Gabon : Oligui Nguema inaugure une nouvelle ère de redevabilité
Libreville, 16 juin 2026 – Le 15 juin 2026 restera gravé dans l’histoire politique gabonaise comme un tournant majeur. Pour la première fois depuis l’adoption de la Constitution de la Ve République, le président Brice Clotaire Oligui Nguema a pris la parole devant le Parlement réuni en Congrès au Palais Léon Mba, marquant ainsi l’installation d’une culture politique inédite axée sur la redevabilité et la transparence.
Cette intervention dépasse le simple cadre institutionnel. Elle introduit un changement profond dans un pays longtemps habitué à une relation verticale entre l’exécutif et les représentants du peuple. Désormais, le chef de l’État ne se contente plus de gouverner ; il doit aussi rendre des comptes. Cette obligation constitutionnelle redessine le rapport au pouvoir et place le Parlement au cœur du fonctionnement républicain.
Une architecture institutionnelle repensée
L’innovation majeure de la Ve République est la création d’un Congrès annuel consacré à l’état de la Nation, prévu par l’article 59 de la Constitution issue du Dialogue National Inclusif. Ce mécanisme impose au président de présenter chaque année son bilan et ses perspectives devant les élus du peuple. Loin d’être symbolique, cette disposition instaure un rendez-vous permanent entre l’exécutif et le législatif, renforçant la légitimité des gouvernants par leur capacité à expliquer leurs choix et à assumer leurs résultats.
Le choix du Palais Léon Mba comme siège du Congrès n’est pas anodin. Pendant des décennies, la vie politique se concentrait autour du Palais du Bord de Mer. Désormais, le Parlement devient le lieu central de la parole présidentielle, signalant une volonté claire de rééquilibrer les pouvoirs et de redonner au législatif sa place dans la vie publique.
Un bilan de transformation
Face aux parlementaires, Brice Clotaire Oligui Nguema a dressé un état des lieux ambitieux de l’action menée depuis août 2023. Son discours a insisté sur la reconstruction accélérée du Gabon : restauration de l’État, modernisation de l’économie et amélioration des conditions de vie.

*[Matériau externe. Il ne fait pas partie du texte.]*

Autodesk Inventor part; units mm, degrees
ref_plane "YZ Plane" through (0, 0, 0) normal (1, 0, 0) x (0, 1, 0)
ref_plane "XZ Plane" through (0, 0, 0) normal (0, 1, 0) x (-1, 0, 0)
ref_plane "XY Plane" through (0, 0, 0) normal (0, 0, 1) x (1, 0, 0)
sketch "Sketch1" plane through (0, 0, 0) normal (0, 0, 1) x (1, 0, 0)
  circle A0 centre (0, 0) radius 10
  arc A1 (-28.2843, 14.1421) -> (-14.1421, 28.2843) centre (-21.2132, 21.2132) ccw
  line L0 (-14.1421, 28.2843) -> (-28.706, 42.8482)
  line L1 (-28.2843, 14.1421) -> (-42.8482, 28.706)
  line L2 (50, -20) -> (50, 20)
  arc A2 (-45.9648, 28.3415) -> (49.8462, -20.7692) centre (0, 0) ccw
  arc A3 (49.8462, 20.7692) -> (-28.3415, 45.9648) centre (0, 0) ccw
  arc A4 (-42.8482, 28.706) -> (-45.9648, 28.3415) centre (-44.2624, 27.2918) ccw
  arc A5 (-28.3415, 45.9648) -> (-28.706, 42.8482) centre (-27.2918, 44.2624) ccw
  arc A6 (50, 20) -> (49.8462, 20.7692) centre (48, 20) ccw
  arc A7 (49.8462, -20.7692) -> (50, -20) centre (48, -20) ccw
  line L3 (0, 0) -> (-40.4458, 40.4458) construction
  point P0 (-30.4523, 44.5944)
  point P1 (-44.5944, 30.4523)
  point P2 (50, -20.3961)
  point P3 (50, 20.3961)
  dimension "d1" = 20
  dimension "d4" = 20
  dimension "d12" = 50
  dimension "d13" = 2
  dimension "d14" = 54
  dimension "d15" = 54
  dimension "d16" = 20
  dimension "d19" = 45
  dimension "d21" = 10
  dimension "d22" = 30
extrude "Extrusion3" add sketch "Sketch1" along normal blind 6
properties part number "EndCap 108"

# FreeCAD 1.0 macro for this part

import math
import FreeCAD as App
import Part
import Sketcher

V = App.Vector
Q = App.Units.Quantity

doc = App.newDocument("Part")
body = doc.addObject("PartDesign::Body", "Body")

# Sketch on XY plane
sketch1 = body.newObject("Sketcher::SketchObject", "Sketch")
sketch1.AttachmentSupport = (doc.getObject("XY_Plane"), [""])
sketch1.MapMode = "FlatFace"
sketch1.addGeometry(Part.ArcOfCircle(Part.Circle(V(-21.2, 21.2, 0), V(0, 0, 1), 10), math.radians(-135), math.radians(45)), False)
sketch1.addGeometry(Part.LineSegment(V(-28.3, 14.1, 0), V(-42.8, 28.7, 0)), False)
sketch1.addGeometry(Part.ArcOfCircle(Part.Circle(V(-44.3, 27.3, 0), V(0, 0, 1), 2), math.radians(45), math.radians(148)), False)
sketch1.addGeometry(Part.ArcOfCircle(Part.Circle(V(0, 0, 0), V(0, 0, 1), 54), math.radians(148), math.radians(337)), False)
sketch1.addGeometry(Part.ArcOfCircle(Part.Circle(V(48, -20, 0), V(0, 0, 1), 2), math.radians(-23), math.radians(0)), False)
sketch1.addGeometry(Part.LineSegment(V(50, -20, 0), V(50, 20, 0)), False)
sketch1.addGeometry(Part.ArcOfCircle(Part.Circle(V(48, 20, 0), V(0, 0, 1), 2), math.radians(0), math.radians(23)), False)
sketch1.addGeometry(Part.ArcOfCircle(Part.Circle(V(0, 0, 0), V(0, 0, 1), 54), math.radians(23), math.radians(122)), False)
sketch1.addGeometry(Part.ArcOfCircle(Part.Circle(V(-27.3, 44.3, 0), V(0, 0, 1), 2), math.radians(122), math.radians(225)), False)
sketch1.addGeometry(Part.LineSegment(V(-28.7, 42.8, 0), V(-14.1, 28.3, 0)), False)
sketch1.addGeometry(Part.Circle(V(0, 0, 0), V(0, 0, 1), 10), False)
sketch1.addConstraint(Sketcher.Constraint("Tangent", 0, 1, 1, 1))
sketch1.addConstraint(Sketcher.Constraint("Tangent", 1, 2, 2, 1))
sketch1.addConstraint(Sketcher.Constraint("Tangent", 2, 2, 3, 1))
sketch1.addConstraint(Sketcher.Constraint("Tangent", 3, 2, 4, 1))
sketch1.addConstraint(Sketcher.Constraint("Tangent", 4, 2, 5, 1))
sketch1.addConstraint(Sketcher.Constraint("Tangent", 5, 2, 6, 1))
sketch1.addConstraint(Sketcher.Constraint("Tangent", 6, 2, 7, 1))
sketch1.addConstraint(Sketcher.Constraint("Tangent", 7, 2, 8, 1))
sketch1.addConstraint(Sketcher.Constraint("Tangent", 8, 2, 9, 1))
sketch1.addConstraint(Sketcher.Constraint("Tangent", 9, 2, 0, 2))
sketch1.addConstraint(Sketcher.Constraint("Vertical", 5))
sketch1.addConstraint(Sketcher.Constraint("Coincident", 3, 3, -1, 1))
sketch1.addConstraint(Sketcher.Constraint("Coincident", 7, 3, -1, 1))
sketch1.addConstraint(Sketcher.Constraint("Coincident", 10, 3, -1, 1))
sketch1.addConstraint(Sketcher.Constraint("Equal", 2, 4))
sketch1.addConstraint(Sketcher.Constraint("Equal", 4, 6))
sketch1.addConstraint(Sketcher.Constraint("Equal", 3, 7))
sketch1.addConstraint(Sketcher.Constraint("Equal", 6, 8))
sketch1.addConstraint(Sketcher.Constraint("Equal", 0, 10))
sketch1.addConstraint(Sketcher.Constraint("Parallel", 1, 9))
sketch1.addConstraint(Sketcher.Constraint("Equal", 1, 9))
sketch1.addConstraint(Sketcher.Constraint("Diameter", 10, 20.0))
sketch1.addConstraint(Sketcher.Constraint("Radius", 2, 2.0))
sketch1.addConstraint(Sketcher.Constraint("Radius", 3, 54.0))
sketch1.addConstraint(Sketcher.Constraint("Angle", 9, Q("-45 deg")))
sketch1.addConstraint(Sketcher.Constraint("DistanceY", 4, 3, -1, 1, 20.0))
sketch1.addConstraint(Sketcher.Constraint("DistanceY", -1, 1, 0, 1, 14.142))
pad1 = body.newObject("PartDesign::Pad", "Pad")
pad1.Profile = sketch1
pad1.Length = 6

doc.recompute()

Les annonces sociales ont été nombreuses : création d’un quatrième fonds de la CNAMGS pour les travailleurs informels, construction de 3 100 logements sociaux pour les fonctionnaires, versement de la troisième phase des rappels de solde (35 milliards de FCFA), et remboursement des épargnants de la Poste (10 milliards de FCFA).
Le chef de l’État a également mis en avant la régularisation de plus de 60 000 situations administratives et la création de 22 000 emplois dans le privé. Ces mesures visent à répondre aux attentes sociales et à restaurer la confiance entre l’administration et les citoyens.
Sur le plan économique, l’accent a été mis sur la souveraineté : rachat d’actifs pétroliers stratégiques (Assala, Tullow Oil), ouverture de nouveaux puits, expansion de Fly Gabon, acquisition de bus urbains, et réhabilitation du réseau ferroviaire. Autant d’initiatives qui témoignent d’une stratégie de modernisation des infrastructures et de contrôle des ressources nationales.
Vers un nouveau contrat national
Au-delà des chiffres, l’enjeu de cette adresse était la vision politique qu’elle porte. Le président gabonais cherche à installer un nouveau contrat entre l’État et les citoyens, fondé sur la responsabilité, l’efficacité et la participation. La réforme annoncée du secteur de l’eau et de l’électricité, les investissements dans les infrastructures publiques, les programmes d’autonomisation des jeunes (Taxi Gab) et la diplomatie gabonaise renforcée dessinent une stratégie globale de repositionnement du pays.
Cette première adresse sur l’état de la Nation intervient alors que de nombreux États africains cherchent à consolider leurs institutions tout en répondant aux défis du développement. En faisant du Congrès un exercice annuel obligatoire, la Ve République gabonaise tente d’institutionnaliser une pratique rare sur le continent.
Le véritable test ne résidera pas dans la qualité du discours, mais dans la capacité des institutions à faire vivre cette exigence de redevabilité dans la durée. Car une démocratie se construit par la régularité des comptes rendus et la cohérence des résultats. À Libreville, le 15 juin 2026, le président Oligui Nguema n’a pas seulement présenté un bilan ; il a inauguré un rituel républicain appelé à devenir un marqueur de la nouvelle architecture politique gabonaise.